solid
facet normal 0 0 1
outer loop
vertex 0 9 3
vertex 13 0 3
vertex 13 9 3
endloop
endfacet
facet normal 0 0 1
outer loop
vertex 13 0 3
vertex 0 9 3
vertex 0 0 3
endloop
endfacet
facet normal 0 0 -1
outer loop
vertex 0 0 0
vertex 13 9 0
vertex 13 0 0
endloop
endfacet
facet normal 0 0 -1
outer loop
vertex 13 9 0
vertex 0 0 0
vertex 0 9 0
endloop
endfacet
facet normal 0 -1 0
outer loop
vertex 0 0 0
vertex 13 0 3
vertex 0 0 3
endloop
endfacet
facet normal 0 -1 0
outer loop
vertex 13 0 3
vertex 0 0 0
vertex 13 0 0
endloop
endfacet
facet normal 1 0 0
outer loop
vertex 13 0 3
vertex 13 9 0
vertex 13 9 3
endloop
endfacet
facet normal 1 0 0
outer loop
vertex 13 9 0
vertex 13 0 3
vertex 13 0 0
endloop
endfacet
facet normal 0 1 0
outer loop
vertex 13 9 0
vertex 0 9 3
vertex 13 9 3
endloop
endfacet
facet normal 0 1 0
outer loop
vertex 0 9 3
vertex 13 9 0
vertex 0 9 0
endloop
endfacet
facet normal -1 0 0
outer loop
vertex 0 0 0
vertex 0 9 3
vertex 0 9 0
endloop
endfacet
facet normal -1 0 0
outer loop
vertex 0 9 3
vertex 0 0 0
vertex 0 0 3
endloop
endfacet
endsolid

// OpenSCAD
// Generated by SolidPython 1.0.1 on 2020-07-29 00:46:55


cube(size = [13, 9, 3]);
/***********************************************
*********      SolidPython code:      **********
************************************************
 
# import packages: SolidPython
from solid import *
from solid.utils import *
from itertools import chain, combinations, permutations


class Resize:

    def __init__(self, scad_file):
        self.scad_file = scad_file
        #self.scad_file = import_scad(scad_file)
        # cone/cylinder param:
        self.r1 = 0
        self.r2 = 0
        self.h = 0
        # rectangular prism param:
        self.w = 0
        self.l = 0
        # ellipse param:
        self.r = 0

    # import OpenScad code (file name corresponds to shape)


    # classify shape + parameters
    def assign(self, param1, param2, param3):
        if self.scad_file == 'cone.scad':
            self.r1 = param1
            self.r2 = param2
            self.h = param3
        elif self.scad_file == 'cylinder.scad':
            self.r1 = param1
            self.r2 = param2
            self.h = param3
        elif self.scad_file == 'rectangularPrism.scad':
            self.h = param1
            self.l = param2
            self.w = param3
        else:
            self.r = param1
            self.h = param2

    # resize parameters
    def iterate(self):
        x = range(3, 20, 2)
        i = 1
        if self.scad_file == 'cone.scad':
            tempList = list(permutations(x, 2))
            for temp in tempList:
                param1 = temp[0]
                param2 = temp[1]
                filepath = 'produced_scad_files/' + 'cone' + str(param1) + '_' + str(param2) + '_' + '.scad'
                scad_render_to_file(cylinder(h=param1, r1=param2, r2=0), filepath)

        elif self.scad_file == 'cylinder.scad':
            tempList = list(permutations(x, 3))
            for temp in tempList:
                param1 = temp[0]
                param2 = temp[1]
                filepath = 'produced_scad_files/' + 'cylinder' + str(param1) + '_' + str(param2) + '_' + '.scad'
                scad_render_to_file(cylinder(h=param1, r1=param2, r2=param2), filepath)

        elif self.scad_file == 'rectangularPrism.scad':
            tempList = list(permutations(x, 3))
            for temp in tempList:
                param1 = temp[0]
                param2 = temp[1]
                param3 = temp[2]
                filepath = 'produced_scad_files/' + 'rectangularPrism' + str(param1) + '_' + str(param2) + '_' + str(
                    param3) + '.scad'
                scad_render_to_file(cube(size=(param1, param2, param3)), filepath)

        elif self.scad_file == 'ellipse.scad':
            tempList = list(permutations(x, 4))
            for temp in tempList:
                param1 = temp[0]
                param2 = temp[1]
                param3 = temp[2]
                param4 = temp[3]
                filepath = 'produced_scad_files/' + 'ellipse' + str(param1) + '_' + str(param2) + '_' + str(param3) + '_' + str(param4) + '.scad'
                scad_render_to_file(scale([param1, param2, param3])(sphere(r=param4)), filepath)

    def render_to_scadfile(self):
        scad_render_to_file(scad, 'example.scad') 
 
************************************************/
--
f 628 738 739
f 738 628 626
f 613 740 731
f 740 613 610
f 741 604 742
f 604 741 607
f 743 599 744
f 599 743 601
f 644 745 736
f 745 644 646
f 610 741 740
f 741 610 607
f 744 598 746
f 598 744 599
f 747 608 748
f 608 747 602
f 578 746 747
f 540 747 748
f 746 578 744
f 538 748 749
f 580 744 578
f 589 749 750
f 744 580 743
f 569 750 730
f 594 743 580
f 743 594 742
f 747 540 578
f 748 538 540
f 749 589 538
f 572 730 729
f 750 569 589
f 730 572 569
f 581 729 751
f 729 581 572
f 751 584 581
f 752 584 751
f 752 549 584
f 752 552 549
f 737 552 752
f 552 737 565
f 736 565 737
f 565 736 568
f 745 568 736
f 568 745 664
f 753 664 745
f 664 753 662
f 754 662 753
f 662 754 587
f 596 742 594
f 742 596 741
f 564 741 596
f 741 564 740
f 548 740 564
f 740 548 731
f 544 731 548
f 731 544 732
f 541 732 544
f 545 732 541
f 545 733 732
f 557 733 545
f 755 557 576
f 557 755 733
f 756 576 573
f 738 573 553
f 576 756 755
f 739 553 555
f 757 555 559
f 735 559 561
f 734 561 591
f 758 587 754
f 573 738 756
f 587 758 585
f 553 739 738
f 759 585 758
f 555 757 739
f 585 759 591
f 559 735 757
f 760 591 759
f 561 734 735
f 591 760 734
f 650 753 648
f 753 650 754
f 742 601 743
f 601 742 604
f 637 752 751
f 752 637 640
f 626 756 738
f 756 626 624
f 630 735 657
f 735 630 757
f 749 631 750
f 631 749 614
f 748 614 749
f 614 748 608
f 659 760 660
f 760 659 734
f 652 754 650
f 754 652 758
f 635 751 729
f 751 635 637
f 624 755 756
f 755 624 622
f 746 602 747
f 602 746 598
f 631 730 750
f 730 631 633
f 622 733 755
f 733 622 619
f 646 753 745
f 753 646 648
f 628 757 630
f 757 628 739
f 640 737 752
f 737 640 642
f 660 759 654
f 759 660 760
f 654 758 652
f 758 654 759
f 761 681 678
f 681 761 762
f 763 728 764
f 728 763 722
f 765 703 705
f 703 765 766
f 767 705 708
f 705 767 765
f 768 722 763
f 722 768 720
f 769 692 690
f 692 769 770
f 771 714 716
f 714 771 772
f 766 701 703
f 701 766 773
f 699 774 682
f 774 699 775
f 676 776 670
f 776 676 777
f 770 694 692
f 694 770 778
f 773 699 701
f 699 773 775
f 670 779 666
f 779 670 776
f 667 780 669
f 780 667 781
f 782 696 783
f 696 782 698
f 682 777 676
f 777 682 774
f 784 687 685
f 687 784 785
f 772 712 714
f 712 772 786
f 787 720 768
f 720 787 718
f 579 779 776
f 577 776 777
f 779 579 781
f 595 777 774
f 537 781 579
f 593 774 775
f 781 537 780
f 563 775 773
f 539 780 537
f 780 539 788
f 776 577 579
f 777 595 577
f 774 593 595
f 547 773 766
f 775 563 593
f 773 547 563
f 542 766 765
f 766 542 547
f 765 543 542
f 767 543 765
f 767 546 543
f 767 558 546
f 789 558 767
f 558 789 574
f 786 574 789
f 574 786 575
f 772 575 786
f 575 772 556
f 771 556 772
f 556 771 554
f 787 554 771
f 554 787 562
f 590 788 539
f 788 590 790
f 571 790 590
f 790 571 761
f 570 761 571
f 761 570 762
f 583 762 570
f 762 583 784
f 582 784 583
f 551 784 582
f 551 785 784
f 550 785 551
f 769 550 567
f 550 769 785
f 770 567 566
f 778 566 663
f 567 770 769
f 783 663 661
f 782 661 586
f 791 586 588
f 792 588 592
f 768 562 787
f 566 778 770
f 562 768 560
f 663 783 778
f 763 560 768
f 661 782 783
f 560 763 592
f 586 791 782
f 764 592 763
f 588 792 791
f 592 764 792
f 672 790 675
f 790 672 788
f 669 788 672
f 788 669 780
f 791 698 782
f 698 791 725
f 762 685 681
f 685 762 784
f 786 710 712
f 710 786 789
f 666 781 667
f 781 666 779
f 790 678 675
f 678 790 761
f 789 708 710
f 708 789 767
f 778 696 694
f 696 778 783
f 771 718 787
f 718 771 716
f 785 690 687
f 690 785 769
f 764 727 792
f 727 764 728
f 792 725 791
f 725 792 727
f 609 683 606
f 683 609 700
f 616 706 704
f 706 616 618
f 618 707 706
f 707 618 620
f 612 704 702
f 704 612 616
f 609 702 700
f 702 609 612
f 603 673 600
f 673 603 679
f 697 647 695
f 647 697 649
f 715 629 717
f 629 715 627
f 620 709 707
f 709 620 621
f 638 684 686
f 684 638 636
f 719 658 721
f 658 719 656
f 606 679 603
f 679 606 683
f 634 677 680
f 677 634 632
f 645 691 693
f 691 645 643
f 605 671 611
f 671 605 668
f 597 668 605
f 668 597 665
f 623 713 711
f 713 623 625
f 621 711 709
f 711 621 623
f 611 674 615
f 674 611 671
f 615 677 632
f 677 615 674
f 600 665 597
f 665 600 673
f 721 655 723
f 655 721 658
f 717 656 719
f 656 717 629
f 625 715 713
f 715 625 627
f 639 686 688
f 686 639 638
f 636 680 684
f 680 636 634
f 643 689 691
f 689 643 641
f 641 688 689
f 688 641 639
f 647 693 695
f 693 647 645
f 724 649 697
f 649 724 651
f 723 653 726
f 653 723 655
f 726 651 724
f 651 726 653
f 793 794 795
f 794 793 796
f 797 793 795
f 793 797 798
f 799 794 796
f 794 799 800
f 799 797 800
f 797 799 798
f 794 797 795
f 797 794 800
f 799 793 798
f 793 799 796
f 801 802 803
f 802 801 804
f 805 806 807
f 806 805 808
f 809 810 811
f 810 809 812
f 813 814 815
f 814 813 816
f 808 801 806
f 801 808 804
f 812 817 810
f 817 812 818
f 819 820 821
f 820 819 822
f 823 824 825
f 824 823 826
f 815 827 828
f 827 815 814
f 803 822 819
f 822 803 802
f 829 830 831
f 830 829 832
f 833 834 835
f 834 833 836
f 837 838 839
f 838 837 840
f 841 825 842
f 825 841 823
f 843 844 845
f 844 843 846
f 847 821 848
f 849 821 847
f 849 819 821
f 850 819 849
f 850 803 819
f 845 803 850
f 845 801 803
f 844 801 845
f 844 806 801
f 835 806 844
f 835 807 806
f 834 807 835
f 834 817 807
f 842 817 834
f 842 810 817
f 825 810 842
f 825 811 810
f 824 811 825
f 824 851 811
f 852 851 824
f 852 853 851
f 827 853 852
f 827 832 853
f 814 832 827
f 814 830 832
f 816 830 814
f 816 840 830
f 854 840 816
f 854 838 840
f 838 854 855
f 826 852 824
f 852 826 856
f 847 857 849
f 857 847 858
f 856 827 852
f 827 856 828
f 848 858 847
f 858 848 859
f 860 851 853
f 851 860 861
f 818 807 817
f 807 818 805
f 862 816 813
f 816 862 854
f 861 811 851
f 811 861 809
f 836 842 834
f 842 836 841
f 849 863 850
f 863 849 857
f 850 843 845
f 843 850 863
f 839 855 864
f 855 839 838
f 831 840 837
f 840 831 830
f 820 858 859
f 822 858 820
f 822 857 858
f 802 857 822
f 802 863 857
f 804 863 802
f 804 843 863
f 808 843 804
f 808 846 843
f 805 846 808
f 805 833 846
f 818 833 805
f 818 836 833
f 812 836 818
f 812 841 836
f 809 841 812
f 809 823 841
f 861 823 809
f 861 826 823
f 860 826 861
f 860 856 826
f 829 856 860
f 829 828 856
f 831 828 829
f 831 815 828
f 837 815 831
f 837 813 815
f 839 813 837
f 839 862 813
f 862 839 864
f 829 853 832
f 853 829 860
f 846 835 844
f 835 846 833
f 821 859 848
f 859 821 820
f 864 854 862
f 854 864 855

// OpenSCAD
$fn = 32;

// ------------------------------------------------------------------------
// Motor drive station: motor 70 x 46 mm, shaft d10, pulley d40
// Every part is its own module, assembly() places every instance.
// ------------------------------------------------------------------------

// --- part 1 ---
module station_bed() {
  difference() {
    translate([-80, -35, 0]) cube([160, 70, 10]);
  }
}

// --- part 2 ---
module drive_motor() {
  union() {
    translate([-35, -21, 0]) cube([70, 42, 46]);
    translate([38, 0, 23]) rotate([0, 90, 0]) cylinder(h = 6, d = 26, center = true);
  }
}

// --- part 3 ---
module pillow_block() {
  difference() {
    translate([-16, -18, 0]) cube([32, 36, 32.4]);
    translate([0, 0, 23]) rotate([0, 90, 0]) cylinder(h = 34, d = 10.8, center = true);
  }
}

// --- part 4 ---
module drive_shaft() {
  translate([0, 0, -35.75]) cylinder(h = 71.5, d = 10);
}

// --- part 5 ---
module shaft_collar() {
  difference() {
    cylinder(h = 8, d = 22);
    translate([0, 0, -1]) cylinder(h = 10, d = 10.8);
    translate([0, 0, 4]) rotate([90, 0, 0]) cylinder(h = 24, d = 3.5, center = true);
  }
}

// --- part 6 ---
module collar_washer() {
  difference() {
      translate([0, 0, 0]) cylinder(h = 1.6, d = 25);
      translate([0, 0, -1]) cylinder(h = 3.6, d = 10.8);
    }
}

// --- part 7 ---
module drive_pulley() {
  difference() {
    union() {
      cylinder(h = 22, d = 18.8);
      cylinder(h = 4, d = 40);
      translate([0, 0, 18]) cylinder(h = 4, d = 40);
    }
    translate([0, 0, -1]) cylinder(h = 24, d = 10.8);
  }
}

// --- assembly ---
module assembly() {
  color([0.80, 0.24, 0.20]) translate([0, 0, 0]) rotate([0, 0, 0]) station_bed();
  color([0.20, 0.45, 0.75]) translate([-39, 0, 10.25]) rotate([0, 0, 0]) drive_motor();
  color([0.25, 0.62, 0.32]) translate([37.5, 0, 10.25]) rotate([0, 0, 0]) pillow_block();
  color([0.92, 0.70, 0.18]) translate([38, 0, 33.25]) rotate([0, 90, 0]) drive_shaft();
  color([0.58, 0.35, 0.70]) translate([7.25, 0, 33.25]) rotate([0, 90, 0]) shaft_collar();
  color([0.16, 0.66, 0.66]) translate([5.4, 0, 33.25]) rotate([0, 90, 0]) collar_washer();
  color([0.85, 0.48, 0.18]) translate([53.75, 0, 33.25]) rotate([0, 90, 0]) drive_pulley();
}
--
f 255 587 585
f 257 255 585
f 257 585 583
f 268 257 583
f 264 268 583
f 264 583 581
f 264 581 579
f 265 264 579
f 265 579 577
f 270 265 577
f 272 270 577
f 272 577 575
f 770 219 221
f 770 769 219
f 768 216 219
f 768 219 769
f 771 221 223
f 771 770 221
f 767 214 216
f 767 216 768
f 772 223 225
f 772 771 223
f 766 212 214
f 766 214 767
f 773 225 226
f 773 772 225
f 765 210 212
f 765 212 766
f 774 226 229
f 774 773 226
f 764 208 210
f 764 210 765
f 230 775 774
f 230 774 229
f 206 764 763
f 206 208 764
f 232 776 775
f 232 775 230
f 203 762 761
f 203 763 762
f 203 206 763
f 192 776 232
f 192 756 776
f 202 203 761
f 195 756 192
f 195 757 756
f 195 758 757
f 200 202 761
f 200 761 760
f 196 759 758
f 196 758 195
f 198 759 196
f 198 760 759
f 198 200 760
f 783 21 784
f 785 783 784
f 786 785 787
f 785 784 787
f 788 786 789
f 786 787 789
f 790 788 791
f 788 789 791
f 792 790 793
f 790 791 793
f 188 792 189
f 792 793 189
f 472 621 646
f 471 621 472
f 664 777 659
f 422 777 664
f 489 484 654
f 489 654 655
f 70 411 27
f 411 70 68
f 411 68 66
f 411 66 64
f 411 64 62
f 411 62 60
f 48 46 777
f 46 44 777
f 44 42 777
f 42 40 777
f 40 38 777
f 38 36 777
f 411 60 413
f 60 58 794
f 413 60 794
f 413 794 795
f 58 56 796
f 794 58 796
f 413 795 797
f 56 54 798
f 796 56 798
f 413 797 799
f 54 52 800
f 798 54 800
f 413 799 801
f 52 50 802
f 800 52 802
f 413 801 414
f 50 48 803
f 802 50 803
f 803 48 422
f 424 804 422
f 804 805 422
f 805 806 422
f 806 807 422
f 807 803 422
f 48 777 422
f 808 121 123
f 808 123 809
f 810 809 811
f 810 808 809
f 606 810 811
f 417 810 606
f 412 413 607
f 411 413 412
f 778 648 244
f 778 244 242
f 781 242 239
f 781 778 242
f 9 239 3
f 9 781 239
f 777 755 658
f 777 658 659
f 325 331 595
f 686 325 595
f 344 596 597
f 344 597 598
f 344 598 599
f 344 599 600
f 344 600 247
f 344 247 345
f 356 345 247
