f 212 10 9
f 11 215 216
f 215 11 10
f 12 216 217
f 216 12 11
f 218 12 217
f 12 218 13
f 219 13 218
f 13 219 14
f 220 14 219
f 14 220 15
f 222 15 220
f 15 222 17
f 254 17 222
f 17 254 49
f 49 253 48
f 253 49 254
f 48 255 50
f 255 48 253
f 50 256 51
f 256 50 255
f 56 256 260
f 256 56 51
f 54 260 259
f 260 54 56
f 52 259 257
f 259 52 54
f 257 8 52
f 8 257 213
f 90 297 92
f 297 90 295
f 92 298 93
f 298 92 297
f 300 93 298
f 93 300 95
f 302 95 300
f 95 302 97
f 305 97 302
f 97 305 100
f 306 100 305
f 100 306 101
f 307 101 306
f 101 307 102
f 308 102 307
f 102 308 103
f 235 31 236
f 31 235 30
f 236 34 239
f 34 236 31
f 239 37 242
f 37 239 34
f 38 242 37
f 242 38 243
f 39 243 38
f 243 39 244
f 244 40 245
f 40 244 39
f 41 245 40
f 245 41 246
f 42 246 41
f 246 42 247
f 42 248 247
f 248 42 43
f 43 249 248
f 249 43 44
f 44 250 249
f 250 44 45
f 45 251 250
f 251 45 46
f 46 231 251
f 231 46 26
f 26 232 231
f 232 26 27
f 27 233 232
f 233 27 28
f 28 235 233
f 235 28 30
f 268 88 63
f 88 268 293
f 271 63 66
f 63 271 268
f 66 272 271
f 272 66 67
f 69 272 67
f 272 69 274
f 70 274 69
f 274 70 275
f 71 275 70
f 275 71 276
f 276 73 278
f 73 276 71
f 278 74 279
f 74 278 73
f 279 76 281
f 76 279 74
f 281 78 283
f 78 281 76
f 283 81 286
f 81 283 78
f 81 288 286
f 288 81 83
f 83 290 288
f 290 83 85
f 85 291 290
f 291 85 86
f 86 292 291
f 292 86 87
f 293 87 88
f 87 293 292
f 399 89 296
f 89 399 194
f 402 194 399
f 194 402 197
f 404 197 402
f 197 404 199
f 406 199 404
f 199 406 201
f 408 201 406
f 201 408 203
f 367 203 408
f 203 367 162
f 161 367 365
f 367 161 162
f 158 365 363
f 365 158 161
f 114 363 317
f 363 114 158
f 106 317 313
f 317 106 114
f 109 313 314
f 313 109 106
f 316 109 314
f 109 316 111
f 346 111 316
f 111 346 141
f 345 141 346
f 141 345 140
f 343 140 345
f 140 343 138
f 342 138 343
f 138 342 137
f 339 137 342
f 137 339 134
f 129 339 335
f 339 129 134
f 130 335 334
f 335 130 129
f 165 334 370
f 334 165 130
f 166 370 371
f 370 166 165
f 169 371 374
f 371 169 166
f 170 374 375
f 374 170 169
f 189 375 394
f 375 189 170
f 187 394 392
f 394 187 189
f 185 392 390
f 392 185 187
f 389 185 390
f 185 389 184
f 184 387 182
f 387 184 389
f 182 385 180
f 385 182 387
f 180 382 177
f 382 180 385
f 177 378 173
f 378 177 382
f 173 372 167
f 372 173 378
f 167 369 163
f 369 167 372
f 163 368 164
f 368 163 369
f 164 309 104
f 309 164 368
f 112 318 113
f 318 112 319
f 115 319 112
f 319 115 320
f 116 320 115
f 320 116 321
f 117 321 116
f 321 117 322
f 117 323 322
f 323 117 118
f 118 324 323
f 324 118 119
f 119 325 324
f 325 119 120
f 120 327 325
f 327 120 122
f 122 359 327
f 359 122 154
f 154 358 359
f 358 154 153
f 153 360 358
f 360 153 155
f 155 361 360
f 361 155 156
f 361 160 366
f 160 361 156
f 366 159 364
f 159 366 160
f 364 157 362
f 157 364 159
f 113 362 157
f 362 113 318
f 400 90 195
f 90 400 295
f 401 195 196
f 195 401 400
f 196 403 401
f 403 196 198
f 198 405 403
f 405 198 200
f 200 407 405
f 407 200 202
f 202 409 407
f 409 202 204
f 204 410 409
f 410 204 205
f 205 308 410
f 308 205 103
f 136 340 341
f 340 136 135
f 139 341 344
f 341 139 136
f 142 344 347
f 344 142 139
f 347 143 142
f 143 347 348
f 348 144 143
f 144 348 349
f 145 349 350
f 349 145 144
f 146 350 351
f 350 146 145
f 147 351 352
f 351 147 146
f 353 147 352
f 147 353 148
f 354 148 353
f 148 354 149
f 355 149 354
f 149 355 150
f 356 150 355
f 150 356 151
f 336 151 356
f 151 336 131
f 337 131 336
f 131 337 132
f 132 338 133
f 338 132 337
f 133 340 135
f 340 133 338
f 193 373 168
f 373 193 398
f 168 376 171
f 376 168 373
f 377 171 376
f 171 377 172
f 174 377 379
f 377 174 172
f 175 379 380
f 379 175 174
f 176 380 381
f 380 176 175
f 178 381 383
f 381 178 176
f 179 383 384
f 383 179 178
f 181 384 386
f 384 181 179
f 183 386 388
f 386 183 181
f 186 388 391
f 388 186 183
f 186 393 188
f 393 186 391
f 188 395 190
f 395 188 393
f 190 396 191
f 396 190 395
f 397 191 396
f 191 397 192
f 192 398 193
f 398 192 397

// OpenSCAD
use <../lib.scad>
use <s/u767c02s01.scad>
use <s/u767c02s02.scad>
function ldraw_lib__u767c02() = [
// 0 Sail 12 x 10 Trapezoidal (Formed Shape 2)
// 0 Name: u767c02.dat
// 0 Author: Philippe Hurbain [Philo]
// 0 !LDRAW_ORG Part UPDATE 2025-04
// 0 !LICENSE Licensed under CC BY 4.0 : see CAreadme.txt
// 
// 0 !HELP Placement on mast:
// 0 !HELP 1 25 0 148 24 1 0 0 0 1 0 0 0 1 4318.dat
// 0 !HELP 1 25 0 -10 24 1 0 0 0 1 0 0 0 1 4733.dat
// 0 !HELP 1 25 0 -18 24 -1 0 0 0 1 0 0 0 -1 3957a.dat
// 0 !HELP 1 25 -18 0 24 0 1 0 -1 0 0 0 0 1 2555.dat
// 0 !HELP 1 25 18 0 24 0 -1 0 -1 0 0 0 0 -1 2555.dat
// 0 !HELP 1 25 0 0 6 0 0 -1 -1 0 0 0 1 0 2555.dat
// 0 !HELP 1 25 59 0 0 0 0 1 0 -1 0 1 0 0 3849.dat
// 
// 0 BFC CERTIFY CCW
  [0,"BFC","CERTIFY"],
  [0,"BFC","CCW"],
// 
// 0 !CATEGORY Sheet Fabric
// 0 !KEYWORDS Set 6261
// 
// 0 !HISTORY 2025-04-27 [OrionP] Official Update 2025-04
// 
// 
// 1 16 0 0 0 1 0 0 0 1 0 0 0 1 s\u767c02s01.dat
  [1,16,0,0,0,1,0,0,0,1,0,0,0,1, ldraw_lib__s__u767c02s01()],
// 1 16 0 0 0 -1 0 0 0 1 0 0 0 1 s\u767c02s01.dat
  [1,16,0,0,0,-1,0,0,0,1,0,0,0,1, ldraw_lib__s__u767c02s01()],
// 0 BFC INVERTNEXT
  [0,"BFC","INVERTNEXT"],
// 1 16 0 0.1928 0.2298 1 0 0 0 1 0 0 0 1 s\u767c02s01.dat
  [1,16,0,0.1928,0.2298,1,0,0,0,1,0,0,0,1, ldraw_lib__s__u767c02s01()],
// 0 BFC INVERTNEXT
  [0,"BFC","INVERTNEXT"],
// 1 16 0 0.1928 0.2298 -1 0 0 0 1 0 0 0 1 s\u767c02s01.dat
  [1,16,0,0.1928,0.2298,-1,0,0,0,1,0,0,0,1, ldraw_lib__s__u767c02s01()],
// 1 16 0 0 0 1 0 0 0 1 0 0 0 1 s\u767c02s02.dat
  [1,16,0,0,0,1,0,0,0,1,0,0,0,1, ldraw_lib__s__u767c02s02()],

— Problem —
Set down, from the entries above, exactly the lines from the one with "f 170 374 375" up to and including the one with "f 115 319 112", and no other lines.

— Answer below —
f 170 374 375
f 374 170 169
f 189 375 394
f 375 189 170
f 187 394 392
f 394 187 189
f 185 392 390
f 392 185 187
f 389 185 390
f 185 389 184
f 184 387 182
f 387 184 389
f 182 385 180
f 385 182 387
f 180 382 177
f 382 180 385
f 177 378 173
f 378 177 382
f 173 372 167
f 372 173 378
f 167 369 163
f 369 167 372
f 163 368 164
f 368 163 369
f 164 309 104
f 309 164 368
f 112 318 113
f 318 112 319
f 115 319 112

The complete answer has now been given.